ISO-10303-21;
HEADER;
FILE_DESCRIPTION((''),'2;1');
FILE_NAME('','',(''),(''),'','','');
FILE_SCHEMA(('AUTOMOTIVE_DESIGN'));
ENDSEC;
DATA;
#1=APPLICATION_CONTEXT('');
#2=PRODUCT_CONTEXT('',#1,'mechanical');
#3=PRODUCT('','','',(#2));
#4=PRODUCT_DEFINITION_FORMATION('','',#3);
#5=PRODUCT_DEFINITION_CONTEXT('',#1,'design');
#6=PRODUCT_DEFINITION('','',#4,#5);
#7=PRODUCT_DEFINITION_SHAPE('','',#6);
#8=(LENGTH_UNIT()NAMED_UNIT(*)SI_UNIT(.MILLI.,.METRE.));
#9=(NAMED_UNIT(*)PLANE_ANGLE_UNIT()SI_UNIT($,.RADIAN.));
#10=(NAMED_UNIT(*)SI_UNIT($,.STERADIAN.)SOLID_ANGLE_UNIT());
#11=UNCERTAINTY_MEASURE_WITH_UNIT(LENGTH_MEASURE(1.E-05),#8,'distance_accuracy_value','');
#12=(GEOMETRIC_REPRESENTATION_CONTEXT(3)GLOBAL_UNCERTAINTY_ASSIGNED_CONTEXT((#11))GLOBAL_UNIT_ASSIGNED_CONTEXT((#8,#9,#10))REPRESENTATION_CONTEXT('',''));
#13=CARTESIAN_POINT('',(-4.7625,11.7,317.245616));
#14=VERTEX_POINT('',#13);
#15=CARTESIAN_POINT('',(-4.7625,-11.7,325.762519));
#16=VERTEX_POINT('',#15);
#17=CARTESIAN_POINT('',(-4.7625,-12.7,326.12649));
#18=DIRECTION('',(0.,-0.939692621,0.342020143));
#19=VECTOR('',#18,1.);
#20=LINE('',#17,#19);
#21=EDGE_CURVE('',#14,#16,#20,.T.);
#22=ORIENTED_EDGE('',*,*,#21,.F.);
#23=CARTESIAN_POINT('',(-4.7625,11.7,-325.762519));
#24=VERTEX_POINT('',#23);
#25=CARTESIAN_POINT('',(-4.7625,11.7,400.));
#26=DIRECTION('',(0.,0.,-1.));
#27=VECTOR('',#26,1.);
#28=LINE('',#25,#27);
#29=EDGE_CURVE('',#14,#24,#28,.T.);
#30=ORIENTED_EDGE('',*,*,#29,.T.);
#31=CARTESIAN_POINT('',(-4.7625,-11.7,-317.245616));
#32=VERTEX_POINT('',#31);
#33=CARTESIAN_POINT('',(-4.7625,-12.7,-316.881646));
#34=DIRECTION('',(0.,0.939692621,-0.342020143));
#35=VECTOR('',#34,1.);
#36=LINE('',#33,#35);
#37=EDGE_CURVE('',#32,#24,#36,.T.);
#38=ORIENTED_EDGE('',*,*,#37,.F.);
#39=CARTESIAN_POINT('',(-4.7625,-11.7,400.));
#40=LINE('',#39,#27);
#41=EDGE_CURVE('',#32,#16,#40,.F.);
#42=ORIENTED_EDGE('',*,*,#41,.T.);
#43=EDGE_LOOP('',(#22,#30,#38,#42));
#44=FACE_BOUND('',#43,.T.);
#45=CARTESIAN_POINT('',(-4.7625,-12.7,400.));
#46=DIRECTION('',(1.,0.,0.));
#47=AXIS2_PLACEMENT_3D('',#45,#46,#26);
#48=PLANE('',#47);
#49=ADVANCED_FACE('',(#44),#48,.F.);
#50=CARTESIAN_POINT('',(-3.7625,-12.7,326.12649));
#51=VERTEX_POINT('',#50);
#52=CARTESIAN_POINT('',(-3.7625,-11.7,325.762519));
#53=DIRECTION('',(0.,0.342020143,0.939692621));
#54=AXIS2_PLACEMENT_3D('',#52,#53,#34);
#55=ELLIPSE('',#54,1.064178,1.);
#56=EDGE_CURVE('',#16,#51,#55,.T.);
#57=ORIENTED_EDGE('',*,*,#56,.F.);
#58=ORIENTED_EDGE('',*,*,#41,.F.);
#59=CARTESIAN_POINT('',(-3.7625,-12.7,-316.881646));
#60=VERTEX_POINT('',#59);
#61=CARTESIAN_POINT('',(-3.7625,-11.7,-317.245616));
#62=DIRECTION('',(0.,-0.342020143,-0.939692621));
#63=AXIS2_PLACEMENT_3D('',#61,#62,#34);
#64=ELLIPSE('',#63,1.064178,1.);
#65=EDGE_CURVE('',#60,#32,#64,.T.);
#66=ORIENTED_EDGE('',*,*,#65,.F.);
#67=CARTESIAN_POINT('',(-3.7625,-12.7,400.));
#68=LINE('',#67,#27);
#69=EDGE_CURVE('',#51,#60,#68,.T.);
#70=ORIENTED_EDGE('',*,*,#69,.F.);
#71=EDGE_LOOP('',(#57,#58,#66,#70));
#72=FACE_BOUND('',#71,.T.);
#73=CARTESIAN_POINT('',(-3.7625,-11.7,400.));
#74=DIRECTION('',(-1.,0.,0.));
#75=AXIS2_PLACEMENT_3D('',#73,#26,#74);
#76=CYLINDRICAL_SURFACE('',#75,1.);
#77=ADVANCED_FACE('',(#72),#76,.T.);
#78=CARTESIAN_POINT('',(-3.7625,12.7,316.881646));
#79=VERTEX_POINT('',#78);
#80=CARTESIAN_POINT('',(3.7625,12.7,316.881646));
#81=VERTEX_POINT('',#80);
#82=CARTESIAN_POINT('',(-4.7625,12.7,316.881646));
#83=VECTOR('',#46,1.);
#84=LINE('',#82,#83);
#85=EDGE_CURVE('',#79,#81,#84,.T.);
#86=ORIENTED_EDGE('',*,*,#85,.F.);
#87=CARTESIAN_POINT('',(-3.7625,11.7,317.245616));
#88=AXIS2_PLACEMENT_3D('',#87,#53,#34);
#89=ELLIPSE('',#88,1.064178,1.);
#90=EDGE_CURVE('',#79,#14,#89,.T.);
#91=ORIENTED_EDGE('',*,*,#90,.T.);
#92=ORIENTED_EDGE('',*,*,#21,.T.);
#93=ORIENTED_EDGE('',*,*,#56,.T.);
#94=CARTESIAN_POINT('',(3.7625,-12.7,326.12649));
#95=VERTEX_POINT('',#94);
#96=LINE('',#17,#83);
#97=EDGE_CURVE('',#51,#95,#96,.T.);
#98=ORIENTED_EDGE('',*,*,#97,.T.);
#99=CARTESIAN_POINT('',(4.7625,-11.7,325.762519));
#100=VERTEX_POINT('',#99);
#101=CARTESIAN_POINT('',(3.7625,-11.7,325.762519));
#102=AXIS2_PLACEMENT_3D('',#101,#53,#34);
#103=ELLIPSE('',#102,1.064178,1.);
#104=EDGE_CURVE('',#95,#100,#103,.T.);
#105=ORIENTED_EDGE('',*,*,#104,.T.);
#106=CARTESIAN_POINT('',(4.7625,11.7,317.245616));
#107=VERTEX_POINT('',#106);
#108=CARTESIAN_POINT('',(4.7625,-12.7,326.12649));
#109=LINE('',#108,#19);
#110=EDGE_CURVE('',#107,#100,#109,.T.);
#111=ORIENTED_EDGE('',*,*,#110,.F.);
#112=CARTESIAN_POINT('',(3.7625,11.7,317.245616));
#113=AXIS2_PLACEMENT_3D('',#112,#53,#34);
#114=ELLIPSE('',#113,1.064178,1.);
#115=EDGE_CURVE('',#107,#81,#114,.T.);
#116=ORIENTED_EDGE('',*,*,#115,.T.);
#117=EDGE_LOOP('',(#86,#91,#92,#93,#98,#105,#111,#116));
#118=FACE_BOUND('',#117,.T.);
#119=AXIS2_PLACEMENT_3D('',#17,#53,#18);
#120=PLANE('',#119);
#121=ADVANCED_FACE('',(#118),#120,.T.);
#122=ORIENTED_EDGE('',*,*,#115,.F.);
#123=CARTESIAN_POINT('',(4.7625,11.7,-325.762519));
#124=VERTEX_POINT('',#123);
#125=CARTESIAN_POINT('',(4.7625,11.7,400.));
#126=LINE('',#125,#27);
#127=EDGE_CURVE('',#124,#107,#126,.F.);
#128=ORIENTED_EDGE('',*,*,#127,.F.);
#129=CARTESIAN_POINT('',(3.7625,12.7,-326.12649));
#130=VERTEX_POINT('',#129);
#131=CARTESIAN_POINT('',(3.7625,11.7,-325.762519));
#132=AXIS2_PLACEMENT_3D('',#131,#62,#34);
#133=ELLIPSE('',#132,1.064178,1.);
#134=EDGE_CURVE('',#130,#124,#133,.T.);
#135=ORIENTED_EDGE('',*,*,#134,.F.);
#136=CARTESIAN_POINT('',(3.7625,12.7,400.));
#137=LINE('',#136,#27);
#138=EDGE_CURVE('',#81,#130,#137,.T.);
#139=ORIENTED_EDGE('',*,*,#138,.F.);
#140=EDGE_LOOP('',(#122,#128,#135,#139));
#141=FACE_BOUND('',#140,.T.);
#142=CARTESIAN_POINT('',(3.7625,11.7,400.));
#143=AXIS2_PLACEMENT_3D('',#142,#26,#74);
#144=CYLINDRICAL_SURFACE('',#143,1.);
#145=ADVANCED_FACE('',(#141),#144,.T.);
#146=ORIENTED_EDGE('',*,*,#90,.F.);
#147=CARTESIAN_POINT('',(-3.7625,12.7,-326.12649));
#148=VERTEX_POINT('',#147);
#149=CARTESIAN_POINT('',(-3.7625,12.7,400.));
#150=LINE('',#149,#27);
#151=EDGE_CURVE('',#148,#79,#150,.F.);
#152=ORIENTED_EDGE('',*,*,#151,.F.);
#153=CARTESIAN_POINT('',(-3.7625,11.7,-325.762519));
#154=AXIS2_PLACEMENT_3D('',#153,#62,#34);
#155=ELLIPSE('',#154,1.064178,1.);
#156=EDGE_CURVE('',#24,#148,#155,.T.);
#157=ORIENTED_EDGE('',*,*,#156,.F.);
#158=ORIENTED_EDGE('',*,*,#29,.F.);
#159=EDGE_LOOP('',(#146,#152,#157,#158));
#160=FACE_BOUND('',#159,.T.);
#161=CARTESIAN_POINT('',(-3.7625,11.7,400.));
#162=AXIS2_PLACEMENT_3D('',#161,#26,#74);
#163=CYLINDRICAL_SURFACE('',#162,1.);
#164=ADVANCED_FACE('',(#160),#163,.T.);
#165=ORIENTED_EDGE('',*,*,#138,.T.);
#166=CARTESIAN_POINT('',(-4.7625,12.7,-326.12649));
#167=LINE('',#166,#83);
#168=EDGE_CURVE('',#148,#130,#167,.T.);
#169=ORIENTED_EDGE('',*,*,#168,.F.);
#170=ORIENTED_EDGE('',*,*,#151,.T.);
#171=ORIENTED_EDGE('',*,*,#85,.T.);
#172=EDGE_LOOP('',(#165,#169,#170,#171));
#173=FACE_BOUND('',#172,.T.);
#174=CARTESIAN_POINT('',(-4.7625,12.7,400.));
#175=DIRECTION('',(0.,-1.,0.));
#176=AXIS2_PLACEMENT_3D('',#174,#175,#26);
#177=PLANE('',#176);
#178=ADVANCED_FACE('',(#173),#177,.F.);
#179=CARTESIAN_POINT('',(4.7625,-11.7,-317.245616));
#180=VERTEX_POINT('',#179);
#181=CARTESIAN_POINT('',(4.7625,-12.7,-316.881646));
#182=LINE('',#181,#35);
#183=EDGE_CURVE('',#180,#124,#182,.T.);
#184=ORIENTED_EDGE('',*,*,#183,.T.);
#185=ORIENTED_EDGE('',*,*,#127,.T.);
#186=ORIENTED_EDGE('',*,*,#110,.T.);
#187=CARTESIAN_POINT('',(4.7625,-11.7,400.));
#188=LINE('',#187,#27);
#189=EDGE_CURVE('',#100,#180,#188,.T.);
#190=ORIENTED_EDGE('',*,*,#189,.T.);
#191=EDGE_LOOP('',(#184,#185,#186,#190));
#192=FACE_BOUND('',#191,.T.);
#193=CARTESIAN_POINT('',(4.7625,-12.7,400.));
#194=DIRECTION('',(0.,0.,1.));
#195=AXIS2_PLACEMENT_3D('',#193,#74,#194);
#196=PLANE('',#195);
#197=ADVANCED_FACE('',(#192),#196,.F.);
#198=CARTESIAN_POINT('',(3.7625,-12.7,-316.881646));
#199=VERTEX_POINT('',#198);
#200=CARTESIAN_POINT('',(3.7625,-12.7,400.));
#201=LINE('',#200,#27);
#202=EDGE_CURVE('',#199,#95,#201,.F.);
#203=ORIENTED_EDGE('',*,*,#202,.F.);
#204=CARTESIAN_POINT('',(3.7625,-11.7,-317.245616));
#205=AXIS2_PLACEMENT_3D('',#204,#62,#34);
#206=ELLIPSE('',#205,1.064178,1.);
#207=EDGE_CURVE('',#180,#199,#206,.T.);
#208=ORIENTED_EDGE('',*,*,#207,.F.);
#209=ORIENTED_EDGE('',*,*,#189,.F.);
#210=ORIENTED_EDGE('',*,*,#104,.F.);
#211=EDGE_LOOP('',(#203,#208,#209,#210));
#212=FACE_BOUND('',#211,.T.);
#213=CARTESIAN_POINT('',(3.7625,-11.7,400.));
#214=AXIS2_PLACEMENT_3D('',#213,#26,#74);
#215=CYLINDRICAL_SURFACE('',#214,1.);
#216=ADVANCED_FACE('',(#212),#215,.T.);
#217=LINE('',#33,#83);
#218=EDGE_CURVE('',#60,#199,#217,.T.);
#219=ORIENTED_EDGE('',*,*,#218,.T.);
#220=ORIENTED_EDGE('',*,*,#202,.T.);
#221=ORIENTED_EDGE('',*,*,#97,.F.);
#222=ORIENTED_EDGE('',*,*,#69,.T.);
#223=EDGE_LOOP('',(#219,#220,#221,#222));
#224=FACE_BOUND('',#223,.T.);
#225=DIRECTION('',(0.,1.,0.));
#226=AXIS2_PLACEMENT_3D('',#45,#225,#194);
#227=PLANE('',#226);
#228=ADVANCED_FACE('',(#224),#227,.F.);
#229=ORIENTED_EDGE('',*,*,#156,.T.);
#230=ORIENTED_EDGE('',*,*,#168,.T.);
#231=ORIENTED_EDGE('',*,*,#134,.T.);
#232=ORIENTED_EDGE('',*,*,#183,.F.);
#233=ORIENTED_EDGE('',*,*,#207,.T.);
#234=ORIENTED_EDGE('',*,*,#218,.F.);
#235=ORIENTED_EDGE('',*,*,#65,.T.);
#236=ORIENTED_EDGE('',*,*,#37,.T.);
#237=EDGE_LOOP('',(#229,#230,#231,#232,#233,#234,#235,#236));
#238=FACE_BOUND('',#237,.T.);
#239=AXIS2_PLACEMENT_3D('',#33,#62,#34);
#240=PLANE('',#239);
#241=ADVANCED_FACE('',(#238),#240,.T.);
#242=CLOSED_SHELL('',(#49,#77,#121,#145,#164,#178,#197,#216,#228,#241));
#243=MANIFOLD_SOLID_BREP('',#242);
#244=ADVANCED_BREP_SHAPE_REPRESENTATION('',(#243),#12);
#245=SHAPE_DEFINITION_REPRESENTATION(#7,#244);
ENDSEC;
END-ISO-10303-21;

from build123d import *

# Parameters (mm, degrees)
ESBO_O1_W                = 9.525
ESBO_O1_H                = 25.4
RESSALTO_EXTRUS_O1_DEPTH = 400
ESBO_O3_OUTSIDE_W        = 962.092
ESBO_O3_OUTSIDE_H        = 187.492
CORTE_EXTRUS_O2_DEPTH    = 401.314895582
FILETE1_R                = 1


with BuildPart() as part:
    # Esboço1 → Ressalto-extrusão1 (new, symmetric)
    with BuildSketch(Plane.XY):
        Rectangle(ESBO_O1_W, ESBO_O1_H)
    extrude(amount=RESSALTO_EXTRUS_O1_DEPTH, both=True)

    # Esboço3 outside → Corte-extrusão2 (cut, through all)
    with BuildSketch(Plane(origin=(4.7625, 0, 0), x_dir=(0, 0, -1), z_dir=(1, 0, 0))):
        Rectangle(ESBO_O3_OUTSIDE_W, ESBO_O3_OUTSIDE_H)
        Polygon((-326.126489707, -12.7), (316.881645756, -12.7), (326.126489707, 12.7), (-316.881645756, 12.7), align=None, mode=Mode.SUBTRACT)
    extrude(amount=-CORTE_EXTRUS_O2_DEPTH, mode=Mode.SUBTRACT)

    # Filete1
    filete1_edges = [part.edges().sort_by_distance(p)[0] for p in [
        (4.7625, -12.7, 4.622421975),
        (-4.7625, -12.7, 4.622421975),
        (-4.7625, 12.7, -4.622421975),
        (4.7625, 12.7, -4.622421975),
    ]]
    fillet(filete1_edges, radius=FILETE1_R)


solid = part.part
----
_Action item_
Exactly as written, please transcribe the lines from the start of the records above to the line that holds "#4=PRODUCT_DEFINITION_FORMATION('','',#3);", both ends included.

_Answer to this exercise_
ISO-10303-21;
HEADER;
FILE_DESCRIPTION((''),'2;1');
FILE_NAME('','',(''),(''),'','','');
FILE_SCHEMA(('AUTOMOTIVE_DESIGN'));
ENDSEC;
DATA;
#1=APPLICATION_CONTEXT('');
#2=PRODUCT_CONTEXT('',#1,'mechanical');
#3=PRODUCT('','','',(#2));
#4=PRODUCT_DEFINITION_FORMATION('','',#3);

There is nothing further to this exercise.